A more interesting quantity we would be using for this activity is called the cumulative distribution function or CDF. From Wikipedia, a CDF is the area of the the PDF after some time. Simply put, the CDF shows the evolution of the total area of your PDF. This can be taken in Scilab through the use of the cumsum() function as already shown in the code snippet above. With our PDF illustrated above, its corresponding CDF is as seen in the image beside this paragraph.
The manipulation of the histogram is highly dependent on the shape of our CDF. Hence, we would investigate on the effect of the shape of the CDF to our histogram and eventually the output image.
The new CDFs we hope to implement on our image are as illustrated below:
These CDFs were produced through the use of the code snippet below.
Both the linear and quadratic cases were done through simply defining the x2 to be a list starting from 1 to 255. On the other hand, the Gaussian CDF was produced by first plotting a Gaussian curve followed by the cumsum() function.
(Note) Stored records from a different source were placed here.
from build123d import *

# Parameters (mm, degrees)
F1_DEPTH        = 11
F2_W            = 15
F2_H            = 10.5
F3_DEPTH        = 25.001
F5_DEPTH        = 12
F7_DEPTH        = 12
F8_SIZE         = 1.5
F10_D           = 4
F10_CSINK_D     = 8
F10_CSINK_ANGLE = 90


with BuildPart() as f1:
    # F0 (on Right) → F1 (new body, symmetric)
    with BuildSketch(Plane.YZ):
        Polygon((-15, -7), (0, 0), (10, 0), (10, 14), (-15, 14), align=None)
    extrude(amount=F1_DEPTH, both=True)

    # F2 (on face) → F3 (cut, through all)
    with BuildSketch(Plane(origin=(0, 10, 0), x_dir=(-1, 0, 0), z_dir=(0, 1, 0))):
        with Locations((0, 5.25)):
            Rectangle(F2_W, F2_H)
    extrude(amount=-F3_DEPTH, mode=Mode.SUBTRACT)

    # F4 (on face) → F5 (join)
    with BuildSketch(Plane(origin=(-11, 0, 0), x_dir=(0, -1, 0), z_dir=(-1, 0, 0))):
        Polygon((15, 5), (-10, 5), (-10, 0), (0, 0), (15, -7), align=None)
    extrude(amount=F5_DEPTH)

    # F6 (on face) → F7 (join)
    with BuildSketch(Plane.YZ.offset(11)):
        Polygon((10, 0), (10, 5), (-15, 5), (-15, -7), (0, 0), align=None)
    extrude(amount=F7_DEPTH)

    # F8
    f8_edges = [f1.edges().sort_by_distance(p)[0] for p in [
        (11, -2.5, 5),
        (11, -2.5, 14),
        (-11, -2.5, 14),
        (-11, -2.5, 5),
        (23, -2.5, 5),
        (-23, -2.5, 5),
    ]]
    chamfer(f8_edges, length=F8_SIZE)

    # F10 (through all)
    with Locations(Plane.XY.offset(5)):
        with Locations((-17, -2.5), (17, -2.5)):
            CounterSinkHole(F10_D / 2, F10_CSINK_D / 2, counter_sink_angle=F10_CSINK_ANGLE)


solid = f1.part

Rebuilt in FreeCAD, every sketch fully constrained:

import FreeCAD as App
import Part
import Sketcher


def edges_at(feature, points):
    """Names of the edges that pass closest to the given points."""
    edges = feature.Shape.Edges
    near = lambda p: min(range(len(edges)), key=lambda i: edges[i].distToShape(Part.Vertex(*p))[0])
    return sorted({f"Edge{near(p) + 1}" for p in points})

doc = App.newDocument("Part")
body = doc.addObject("PartDesign::Body", "Body")

# Sketch on YZ plane
sketch1 = body.newObject("Sketcher::SketchObject", "Sketch")
sketch1.AttachmentSupport = (doc.getObject("YZ_Plane"), [""])
sketch1.MapMode = "FlatFace"
sketch1.addGeometry([
    Part.LineSegment(App.Vector(-15, -7, 0), App.Vector(0, 0, 0)),  # 0
    Part.LineSegment(App.Vector(0, 0, 0), App.Vector(10, 0, 0)),  # 1
    Part.LineSegment(App.Vector(10, 0, 0), App.Vector(10, 14, 0)),  # 2
    Part.LineSegment(App.Vector(10, 14, 0), App.Vector(-15, 14, 0)),  # 3
    Part.LineSegment(App.Vector(-15, 14, 0), App.Vector(-15, -7, 0)),  # 4
], False)
sketch1.addConstraint([
    Sketcher.Constraint("Coincident", 0, 2, 1, 1),
    Sketcher.Constraint("Coincident", 1, 2, 2, 1),
    Sketcher.Constraint("Coincident", 2, 2, 3, 1),
    Sketcher.Constraint("Coincident", 3, 2, 4, 1),
    Sketcher.Constraint("Coincident", 4, 2, 0, 1),
    Sketcher.Constraint("Horizontal", 1),
    Sketcher.Constraint("Vertical", 2),
    Sketcher.Constraint("Horizontal", 3),
    Sketcher.Constraint("Vertical", 4),
    Sketcher.Constraint("Coincident", 0, 2, -1, 1),
    Sketcher.Constraint("DistanceX", 1, 1, 1, 2, 10.0),
    Sketcher.Constraint("DistanceX", 3, 2, 3, 1, 25.0),
    Sketcher.Constraint("DistanceY", 2, 1, 2, 2, 14.0),
    Sketcher.Constraint("DistanceY", 4, 2, 4, 1, 21.0),
])
pad1 = body.newObject("PartDesign::Pad", "Pad")
pad1.Profile = sketch1
pad1.Length = 22
pad1.Midplane = True

# Sketch on XZ plane
sketch2 = body.newObject("Sketcher::SketchObject", "Sketch001")
sketch2.AttachmentSupport = (doc.getObject("XZ_Plane"), [""])
sketch2.MapMode = "FlatFace"
sketch2.AttachmentOffset = App.Placement(App.Vector(0, 0, -10), App.Rotation())
sketch2.addGeometry([
    Part.LineSegment(App.Vector(8, 10, 0), App.Vector(8, 0, 0)),
    Part.LineSegment(App.Vector(8, 0, 0), App.Vector(-8, 0, 0)),
    Part.LineSegment(App.Vector(-8, 0, 0), App.Vector(-8, 10, 0)),
    Part.LineSegment(App.Vector(-8, 10, 0), App.Vector(8, 10, 0)),
], False)
sketch2.addConstraint([
    Sketcher.Constraint("Coincident", 0, 2, 1, 1),
    Sketcher.Constraint("Coincident", 1, 2, 2, 1),
    Sketcher.Constraint("Coincident", 2, 2, 3, 1),
    Sketcher.Constraint("Coincident", 3, 2, 0, 1),
    Sketcher.Constraint("Vertical", 0),
    Sketcher.Constraint("Horizontal", 1),
    Sketcher.Constraint("Vertical", 2),
    Sketcher.Constraint("Horizontal", 3),
    Sketcher.Constraint("Symmetric", 0, 2, 1, 2, -1, 1),
    Sketcher.Constraint("DistanceX", 1, 2, 1, 1, 15.0),
    Sketcher.Constraint("DistanceY", 0, 2, 0, 1, 10.5),
])
pocket1 = body.newObject("PartDesign::Pocket", "Pocket")
pocket1.Profile = sketch2
pocket1.Type = "ThroughAll"
pocket1.Reversed = True

# Sketch on YZ plane
sketch3 = body.newObject("Sketcher::SketchObject", "Sketch002")
sketch3.AttachmentSupport = (doc.getObject("YZ_Plane"), [""])
sketch3.MapMode = "FlatFace"
sketch3.AttachmentOffset = App.Placement(App.Vector(0, 0, -11), App.Rotation())
sketch3.addGeometry([
    Part.LineSegment(App.Vector(-15, 5, 0), App.Vector(10, 5, 0)),  # 0
    Part.LineSegment(App.Vector(10, 5, 0), App.Vector(10, 0, 0)),  # 1
    Part.LineSegment(App.Vector(10, 0, 0), App.Vector(0, 0, 0)),  # 2
    Part.LineSegment(App.Vector(0, 0, 0), App.Vector(-15, -7, 0)),  # 3
    Part.LineSegment(App.Vector(-15, -7, 0), App.Vector(-15, 5, 0)),  # 4
], False)
sketch3.addConstraint([
    Sketcher.Constraint("Coincident", 0, 2, 1, 1),
    Sketcher.Constraint("Coincident", 1, 2, 2, 1),
    Sketcher.Constraint("Coincident", 2, 2, 3, 1),
    Sketcher.Constraint("Coincident", 3, 2, 4, 1),
    Sketcher.Constraint("Coincident", 4, 2, 0, 1),
    Sketcher.Constraint("Horizontal", 0),
    Sketcher.Constraint("Vertical", 1),
    Sketcher.Constraint("Horizontal", 2),
    Sketcher.Constraint("Vertical", 4),
    Sketcher.Constraint("Coincident", 2, 2, -1, 1),
    Sketcher.Constraint("DistanceX", 0, 1, 0, 2, 25.0),
    Sketcher.Constraint("DistanceX", 2, 2, 2, 1, 10.0),
    Sketcher.Constraint("DistanceY", 1, 2, 1, 1, 5.0),
    Sketcher.Constraint("DistanceY", 4, 1, 4, 2, 12.0),
])
pad2 = body.newObject("PartDesign::Pad", "Pad001")
pad2.Profile = sketch3
pad2.Length = 12
pad2.Reversed = True

# Sketch on YZ plane
sketch4 = body.newObject("Sketcher::SketchObject", "Sketch003")
sketch4.AttachmentSupport = (doc.getObject("YZ_Plane"), [""])
sketch4.MapMode = "FlatFace"
sketch4.AttachmentOffset = App.Placement(App.Vector(0, 0, 11), App.Rotation())
sketch4.addGeometry([
    Part.LineSegment(App.Vector(10, 0, 0), App.Vector(10, 5, 0)),  # 0
    Part.LineSegment(App.Vector(10, 5, 0), App.Vector(-15, 5, 0)),  # 1
    Part.LineSegment(App.Vector(-15, 5, 0), App.Vector(-15, -7, 0)),  # 2
    Part.LineSegment(App.Vector(-15, -7, 0), App.Vector(0, 0, 0)),  # 3
    Part.LineSegment(App.Vector(0, 0, 0), App.Vector(10, 0, 0)),  # 4
], False)
sketch4.addConstraint([
    Sketcher.Constraint("Coincident", 0, 2, 1, 1),
    Sketcher.Constraint("Coincident", 1, 2, 2, 1),
    Sketcher.Constraint("Coincident", 2, 2, 3, 1),
    Sketcher.Constraint("Coincident", 3, 2, 4, 1),
    Sketcher.Constraint("Coincident", 4, 2, 0, 1),
    Sketcher.Constraint("Vertical", 0),
    Sketcher.Constraint("Horizontal", 1),
    Sketcher.Constraint("Vertical", 2),
    Sketcher.Constraint("Horizontal", 4),
    Sketcher.Constraint("Coincident", 3, 2, -1, 1),
    Sketcher.Constraint("DistanceX", 1, 2, 1, 1, 25.0),
    Sketcher.Constraint("DistanceX", 4, 1, 4, 2, 10.0),
    Sketcher.Constraint("DistanceY", 0, 1, 0, 2, 5.0),
    Sketcher.Constraint("DistanceY", 2, 2, 2, 1, 12.0),
])
pad3 = body.newObject("PartDesign::Pad", "Pad002")
pad3.Profile = sketch4
pad3.Length = 12
doc.recompute()

chamfer = body.newObject("PartDesign::Chamfer", "Chamfer")
chamfer.Base = (pad3, edges_at(pad3, [
    (11, -2.5, 5),
    (11, -2.5, 14),
    (-11, -2.5, 14),
    (-11, -2.5, 5),
    (23, -2.5, 5),
    (-23, -2.5, 5),
]))
chamfer.Size = 1.5

# Sketch on XY plane
sketch5 = body.newObject("Sketcher::SketchObject", "Sketch004")
sketch5.AttachmentSupport = (doc.getObject("XY_Plane"), [""])
sketch5.MapMode = "FlatFace"
sketch5.AttachmentOffset = App.Placement(App.Vector(0, 0, 5), App.Rotation())
sketch5.addGeometry([
    Part.Circle(App.Vector(-17, -2.5, 0), App.Vector(0, 0, 1), 2),
    Part.Circle(App.Vector(17, -2.5, 0), App.Vector(0, 0, 1), 2),
], False)
sketch5.addConstraint([
    Sketcher.Constraint("Equal", 0, 1),
    Sketcher.Constraint("Symmetric", 0, 3, 1, 3, -2),
    Sketcher.Constraint("Diameter", 0, 4.0),
    Sketcher.Constraint("DistanceX", 0, 3, -1, 1, 17.0),
    Sketcher.Constraint("DistanceY", 0, 3, -1, 1, 2.5),
])
doc.recompute()
hole = body.newObject("PartDesign::Hole", "Hole")
hole.Profile = sketch5
hole.ThreadType = "None"
hole.Diameter = 4
hole.DepthType = "ThroughAll"
hole.HoleCutType = "Countersink"
hole.HoleCutDiameter = 8
hole.HoleCutCountersinkAngle = 90

doc.recompute()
It is also important that since our original CDF is normalized (ranging only from 0 to 1), the last line of the code normalizes our ideal CDFs.
Now having our ideal CDF and the original CDF, the implementation of the ideal CDF is next. This is done through a process called “backprojection”. The steps through this method is listed as follows:
Illustrative step for the backprojection method [1]
- For each x-values of the original CDF (take note that this ranges from 1 to 255 signifying your pixel intensities),
- It’s corresponding y-value was noted.
- The y-value noted for a specific x-value of the original CDF was then traced to the ideal CDF. We try to find the nearest y-value present in our original CDF
- then we take note of its corresponding x-value in our ideal CDF.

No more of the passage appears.